Pierre Haski
C’est une initiative sans précédent : seize ex-ambassadeurs et diplomates de haut rang ont signé une lettre ouverte à Nicolas Sarkozy pour l’inciter à prendre une initiative afin de débloquer l’impasse des relations israélo-palestiniennes.
L’initiative qu’ils appellent de leurs vœux serait plus ambitieuse que la reprise de négociations indirectes à laquelle travaillent actuellement les Américains, et pourrait déboucher sur la proclamation d’un Etat palestinien en 2011.
Prenant acte du blocage actuel et du risque permanent de violence dans cette région, ils estiment que l’heure est à une initiative « contraignante » :
« Le recours à une résolution contraignante du Conseil de sécurité de l’ONU paraît nécessaire. Cette résolution tracerait le cadre et les objectifs de l’ultime négociation à mener entre les parties sous le contrôle d’une conférence internationale qui veillerait à la mise en œuvre dans des délais déterminés de l’accord à intervenir et des garanties nécessaires. »
On est loin du projet américain visant à permettre la reprise de négociations indirectes entre Israël et l’Autorité palestinienne de Mahmoud Abbas, en laissant de côté les sujets qui fâchent… Envoyer des casques bleus
Dans leur texte, initialement publié par LeMonde.fr, les diplomates, dont certains ont occupé des postes importants liés au dossier proche-oriental, mettent en avant une autre mesure susceptible de réduire les tensions dans la région :
« Il est en particulier urgent de mettre un terme à l’enfermement dans la bande de Gaza d’une population d’un million et demi de personnes en violation du droit humanitaire international, situation à laquelle il serait possible de remédier par l’envoi de casques bleus aux accès à ce territoire. »

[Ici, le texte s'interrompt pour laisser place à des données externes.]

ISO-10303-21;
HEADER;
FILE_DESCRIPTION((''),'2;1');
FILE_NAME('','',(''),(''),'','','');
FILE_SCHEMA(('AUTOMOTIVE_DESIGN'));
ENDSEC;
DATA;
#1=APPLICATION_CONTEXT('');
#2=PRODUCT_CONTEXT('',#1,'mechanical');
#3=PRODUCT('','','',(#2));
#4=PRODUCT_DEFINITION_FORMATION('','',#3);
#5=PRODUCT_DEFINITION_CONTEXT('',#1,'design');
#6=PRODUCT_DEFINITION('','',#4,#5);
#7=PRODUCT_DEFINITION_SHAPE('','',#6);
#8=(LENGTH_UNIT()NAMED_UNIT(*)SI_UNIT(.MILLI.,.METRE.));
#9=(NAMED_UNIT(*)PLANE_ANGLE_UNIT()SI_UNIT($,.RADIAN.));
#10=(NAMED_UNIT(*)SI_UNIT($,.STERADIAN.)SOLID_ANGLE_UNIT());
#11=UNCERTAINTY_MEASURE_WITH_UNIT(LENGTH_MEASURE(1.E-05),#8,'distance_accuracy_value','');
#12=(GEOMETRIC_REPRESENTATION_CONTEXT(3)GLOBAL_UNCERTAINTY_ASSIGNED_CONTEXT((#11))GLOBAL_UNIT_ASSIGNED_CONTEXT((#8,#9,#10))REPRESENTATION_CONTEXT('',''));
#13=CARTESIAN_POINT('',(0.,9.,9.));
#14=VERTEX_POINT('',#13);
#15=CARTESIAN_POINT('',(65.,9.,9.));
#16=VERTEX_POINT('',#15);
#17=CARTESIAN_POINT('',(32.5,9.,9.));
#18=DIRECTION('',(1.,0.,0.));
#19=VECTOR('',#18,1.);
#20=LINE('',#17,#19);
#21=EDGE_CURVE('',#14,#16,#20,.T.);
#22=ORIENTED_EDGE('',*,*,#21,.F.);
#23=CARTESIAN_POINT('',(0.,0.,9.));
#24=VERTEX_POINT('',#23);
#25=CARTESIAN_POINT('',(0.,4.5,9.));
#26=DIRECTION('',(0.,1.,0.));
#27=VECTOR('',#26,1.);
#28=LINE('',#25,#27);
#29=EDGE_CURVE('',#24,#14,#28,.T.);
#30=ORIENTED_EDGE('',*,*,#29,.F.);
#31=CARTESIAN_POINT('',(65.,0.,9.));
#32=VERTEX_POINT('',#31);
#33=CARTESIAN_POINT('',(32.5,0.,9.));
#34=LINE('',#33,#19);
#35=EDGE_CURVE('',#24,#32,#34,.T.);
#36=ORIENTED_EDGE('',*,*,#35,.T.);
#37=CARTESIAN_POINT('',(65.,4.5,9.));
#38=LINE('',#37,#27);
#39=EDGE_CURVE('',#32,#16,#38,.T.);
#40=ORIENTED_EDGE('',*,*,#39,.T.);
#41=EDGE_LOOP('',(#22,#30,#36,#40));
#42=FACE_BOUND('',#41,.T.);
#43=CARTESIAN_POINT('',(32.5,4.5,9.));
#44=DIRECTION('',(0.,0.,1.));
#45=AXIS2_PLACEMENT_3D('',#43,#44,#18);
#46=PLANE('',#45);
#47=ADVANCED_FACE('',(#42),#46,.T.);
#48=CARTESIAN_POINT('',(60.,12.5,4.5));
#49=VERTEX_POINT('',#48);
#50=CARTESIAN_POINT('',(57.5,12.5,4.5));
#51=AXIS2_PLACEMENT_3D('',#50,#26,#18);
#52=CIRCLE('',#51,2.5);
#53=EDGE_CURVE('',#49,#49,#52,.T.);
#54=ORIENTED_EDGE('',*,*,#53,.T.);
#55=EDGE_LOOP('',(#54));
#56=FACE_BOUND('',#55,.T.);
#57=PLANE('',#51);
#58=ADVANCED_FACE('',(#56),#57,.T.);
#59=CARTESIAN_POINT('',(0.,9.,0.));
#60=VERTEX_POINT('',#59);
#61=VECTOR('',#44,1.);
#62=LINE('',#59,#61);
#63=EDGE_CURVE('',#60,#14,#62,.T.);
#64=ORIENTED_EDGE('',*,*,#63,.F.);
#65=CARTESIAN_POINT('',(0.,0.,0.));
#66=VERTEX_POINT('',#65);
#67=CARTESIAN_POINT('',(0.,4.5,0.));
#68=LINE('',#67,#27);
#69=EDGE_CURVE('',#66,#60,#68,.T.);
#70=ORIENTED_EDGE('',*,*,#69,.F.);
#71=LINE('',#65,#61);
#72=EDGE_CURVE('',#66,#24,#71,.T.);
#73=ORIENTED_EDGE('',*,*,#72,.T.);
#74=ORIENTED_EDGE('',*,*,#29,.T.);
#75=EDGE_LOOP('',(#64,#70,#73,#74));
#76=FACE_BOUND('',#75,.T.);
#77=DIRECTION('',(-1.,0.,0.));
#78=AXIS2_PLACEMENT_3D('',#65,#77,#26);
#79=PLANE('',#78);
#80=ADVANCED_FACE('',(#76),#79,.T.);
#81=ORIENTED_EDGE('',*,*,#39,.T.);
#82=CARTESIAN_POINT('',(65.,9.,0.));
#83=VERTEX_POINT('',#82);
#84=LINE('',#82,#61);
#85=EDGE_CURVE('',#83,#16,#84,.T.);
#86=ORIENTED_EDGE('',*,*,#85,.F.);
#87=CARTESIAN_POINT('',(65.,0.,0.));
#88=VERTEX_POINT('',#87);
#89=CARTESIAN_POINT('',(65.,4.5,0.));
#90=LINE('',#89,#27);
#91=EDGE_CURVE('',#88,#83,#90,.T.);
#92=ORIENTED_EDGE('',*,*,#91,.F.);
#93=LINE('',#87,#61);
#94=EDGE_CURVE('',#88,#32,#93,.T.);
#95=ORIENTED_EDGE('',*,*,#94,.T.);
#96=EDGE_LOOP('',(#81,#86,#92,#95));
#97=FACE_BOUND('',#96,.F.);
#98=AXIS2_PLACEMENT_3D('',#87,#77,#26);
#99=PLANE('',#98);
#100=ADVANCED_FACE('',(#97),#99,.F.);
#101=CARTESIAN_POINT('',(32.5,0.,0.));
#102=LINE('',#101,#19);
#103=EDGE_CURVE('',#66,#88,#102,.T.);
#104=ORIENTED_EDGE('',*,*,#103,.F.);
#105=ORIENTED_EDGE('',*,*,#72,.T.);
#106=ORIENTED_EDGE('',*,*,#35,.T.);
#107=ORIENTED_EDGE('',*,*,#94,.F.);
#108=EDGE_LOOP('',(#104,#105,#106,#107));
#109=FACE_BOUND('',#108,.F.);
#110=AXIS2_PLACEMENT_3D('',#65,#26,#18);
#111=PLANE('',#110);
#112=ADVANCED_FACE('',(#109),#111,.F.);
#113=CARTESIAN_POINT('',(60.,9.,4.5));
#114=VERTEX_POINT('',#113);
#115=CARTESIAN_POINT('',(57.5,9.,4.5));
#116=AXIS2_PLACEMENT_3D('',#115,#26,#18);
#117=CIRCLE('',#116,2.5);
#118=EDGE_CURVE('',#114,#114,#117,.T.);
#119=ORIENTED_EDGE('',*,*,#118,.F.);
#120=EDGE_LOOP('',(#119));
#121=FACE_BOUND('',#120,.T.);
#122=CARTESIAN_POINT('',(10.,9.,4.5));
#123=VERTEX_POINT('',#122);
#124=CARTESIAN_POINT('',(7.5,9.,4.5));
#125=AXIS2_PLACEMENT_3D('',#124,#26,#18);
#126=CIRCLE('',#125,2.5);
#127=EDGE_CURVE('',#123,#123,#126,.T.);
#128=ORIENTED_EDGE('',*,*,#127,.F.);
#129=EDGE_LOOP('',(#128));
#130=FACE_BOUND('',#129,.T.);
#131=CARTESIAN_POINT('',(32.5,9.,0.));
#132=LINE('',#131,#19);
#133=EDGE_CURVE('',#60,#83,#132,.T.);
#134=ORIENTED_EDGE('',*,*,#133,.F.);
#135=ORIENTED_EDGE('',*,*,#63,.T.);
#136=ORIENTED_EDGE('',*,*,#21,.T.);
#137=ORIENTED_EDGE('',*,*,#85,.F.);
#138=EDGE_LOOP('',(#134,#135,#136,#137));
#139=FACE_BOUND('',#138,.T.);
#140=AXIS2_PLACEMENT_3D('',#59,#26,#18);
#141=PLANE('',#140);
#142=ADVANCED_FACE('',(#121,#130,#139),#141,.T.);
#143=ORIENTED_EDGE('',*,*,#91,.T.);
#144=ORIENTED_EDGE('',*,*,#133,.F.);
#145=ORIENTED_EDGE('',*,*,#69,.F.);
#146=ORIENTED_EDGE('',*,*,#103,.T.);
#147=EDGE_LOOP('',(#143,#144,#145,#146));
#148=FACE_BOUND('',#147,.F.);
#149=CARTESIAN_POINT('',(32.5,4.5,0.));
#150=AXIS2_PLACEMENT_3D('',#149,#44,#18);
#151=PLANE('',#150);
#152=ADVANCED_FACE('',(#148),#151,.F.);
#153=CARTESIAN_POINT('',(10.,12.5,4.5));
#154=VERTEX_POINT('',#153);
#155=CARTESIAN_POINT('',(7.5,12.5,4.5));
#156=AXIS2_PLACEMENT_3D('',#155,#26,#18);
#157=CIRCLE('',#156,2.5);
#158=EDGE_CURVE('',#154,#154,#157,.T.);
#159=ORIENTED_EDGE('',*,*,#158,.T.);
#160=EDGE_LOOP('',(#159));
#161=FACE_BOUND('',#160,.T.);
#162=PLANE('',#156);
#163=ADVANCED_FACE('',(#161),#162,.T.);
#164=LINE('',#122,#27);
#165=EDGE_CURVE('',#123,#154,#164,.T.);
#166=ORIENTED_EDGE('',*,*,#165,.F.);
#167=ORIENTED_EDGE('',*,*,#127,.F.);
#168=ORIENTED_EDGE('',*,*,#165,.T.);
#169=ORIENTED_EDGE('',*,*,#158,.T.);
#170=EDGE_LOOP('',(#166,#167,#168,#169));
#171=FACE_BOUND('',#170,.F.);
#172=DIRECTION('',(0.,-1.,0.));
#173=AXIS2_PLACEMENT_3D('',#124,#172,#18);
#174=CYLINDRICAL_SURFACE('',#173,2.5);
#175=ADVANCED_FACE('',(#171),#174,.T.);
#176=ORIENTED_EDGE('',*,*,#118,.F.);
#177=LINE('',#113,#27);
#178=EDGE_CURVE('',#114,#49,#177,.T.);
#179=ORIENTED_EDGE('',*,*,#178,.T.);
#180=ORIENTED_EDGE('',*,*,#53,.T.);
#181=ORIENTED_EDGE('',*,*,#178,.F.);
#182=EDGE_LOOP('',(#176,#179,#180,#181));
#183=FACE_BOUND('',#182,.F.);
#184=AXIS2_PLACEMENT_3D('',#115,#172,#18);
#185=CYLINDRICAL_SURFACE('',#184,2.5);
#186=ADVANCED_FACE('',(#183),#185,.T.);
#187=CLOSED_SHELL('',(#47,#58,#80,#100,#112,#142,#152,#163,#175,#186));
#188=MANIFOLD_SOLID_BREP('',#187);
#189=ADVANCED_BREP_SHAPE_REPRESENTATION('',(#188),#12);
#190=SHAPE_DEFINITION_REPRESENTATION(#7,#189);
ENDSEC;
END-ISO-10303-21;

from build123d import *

# Parameters (mm, degrees)
SKETCH1_W           = 65
SKETCH1_H           = 9
BOSS_EXTRUDE1_DEPTH = 9
SKETCH2_R           = 2.5
BOSS_EXTRUDE2_DEPTH = 3.5


with BuildPart() as part:
    # Sketch1 → Boss-Extrude1 (new body)
    with BuildSketch(Plane.XY):
        with Locations((32.5, 4.5)):
            Rectangle(SKETCH1_W, SKETCH1_H)
    extrude(amount=BOSS_EXTRUDE1_DEPTH)

    # Sketch2 → Boss-Extrude2 (add)
    with BuildSketch(Plane(origin=(0, 9, 0), x_dir=(1, 0, 0), z_dir=(0, 1, 0))):
        with Locations((57.5, -4.5)):
            Circle(SKETCH2_R)
        with Locations((7.5, -4.5)):
            Circle(SKETCH2_R)
    extrude(amount=BOSS_EXTRUDE2_DEPTH)


solid = part.part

Les diplomates soulignent que la France est idéalement placée pour prendre une telle initiative, en s’appuyant sur la position des 27 pays de l’Union européenne, réaffirmée en décembre 2009, en faveur d’un Etat palestinien indépendant ayant Jérusalem-Est pour capitale, et sur la déclaration de Nicolas Sarkozy à la Knesset, le parlement israélien, en juin 2008, affirmant que « Jérusalem a vocation à devenir la capitale de deux Etats ».
Ce que les diplomates ne disent pas, c’est ce qui vient de se passer lorsque le ministre des Affaires étrangères, Bernard Kouchner, s’est dit « tenté » par l’idée de :
« la proclamation rapide d’un Etat palestinien, et sa reconnaissance immédiate par la communauté internationale, avant même la négociation sur les frontières ».
Il s’est aussitôt attiré une violente riposte d’Israël, et un « recadrage » plus prudent de l’Elysée qui n’avait visiblement pas été consulté avant la sortie du ministre. Un diplomate qualifie en privé la sortie de Kouchner de « maladroite et précipitée », et donc vouée à l’échec. Proclamer un Etat palestinien unilatéral
Pourtant, cette idée de proclamation d’un Etat souverain unilatéral reconnu par la Communauté internationale fait son chemin, et, selon l’un des signataires de la lettre, pourrait être une des issues possibles de l’initiative souhaitée par les auteurs de la lettre ouverte.
Elle pourrait être envisagée en 2011, après avoir laissé sa chance à la négociation, et un tel Etat pourrait être reconnu par l’immense majorité des Etats de la planète.
Dans une tribune séparée publiée la semaine dernière par Le Monde, l’un des signataires, Yves Aubin de la Messuzière, ancien directeur du Moyen Orient au Quai d’Orsay, va ouvertement dans cette direction :
« La proclamation unilatérale de l’Etat palestinien à l’échéance de 2011, qui participerait d’une révolution conceptuelle, permettra de déclencher une nouvelle dynamique, un réel processus se séparant de la méthode d’Oslo par l’inversion de la perspective, les négociations devant suivre la création de l’Etat palestinien.
La dissidence de Gaza ne devrait pas être un obstacle, l’histoire du mouvement palestinien étant faite davantage de conciliations que de ruptures. »
On en est loin, et la tentative de relance des négociations par l’administration Obama parait bien timide par rapport aux proclamations initiales du président américain. Et rien n’indique, à ce stade, que Nicolas Sarkozy ait l’audace, et la cohérence diplomatique, nécessaires pour faire le saut conceptuel que lui recommandent « ses » anciens diplomates.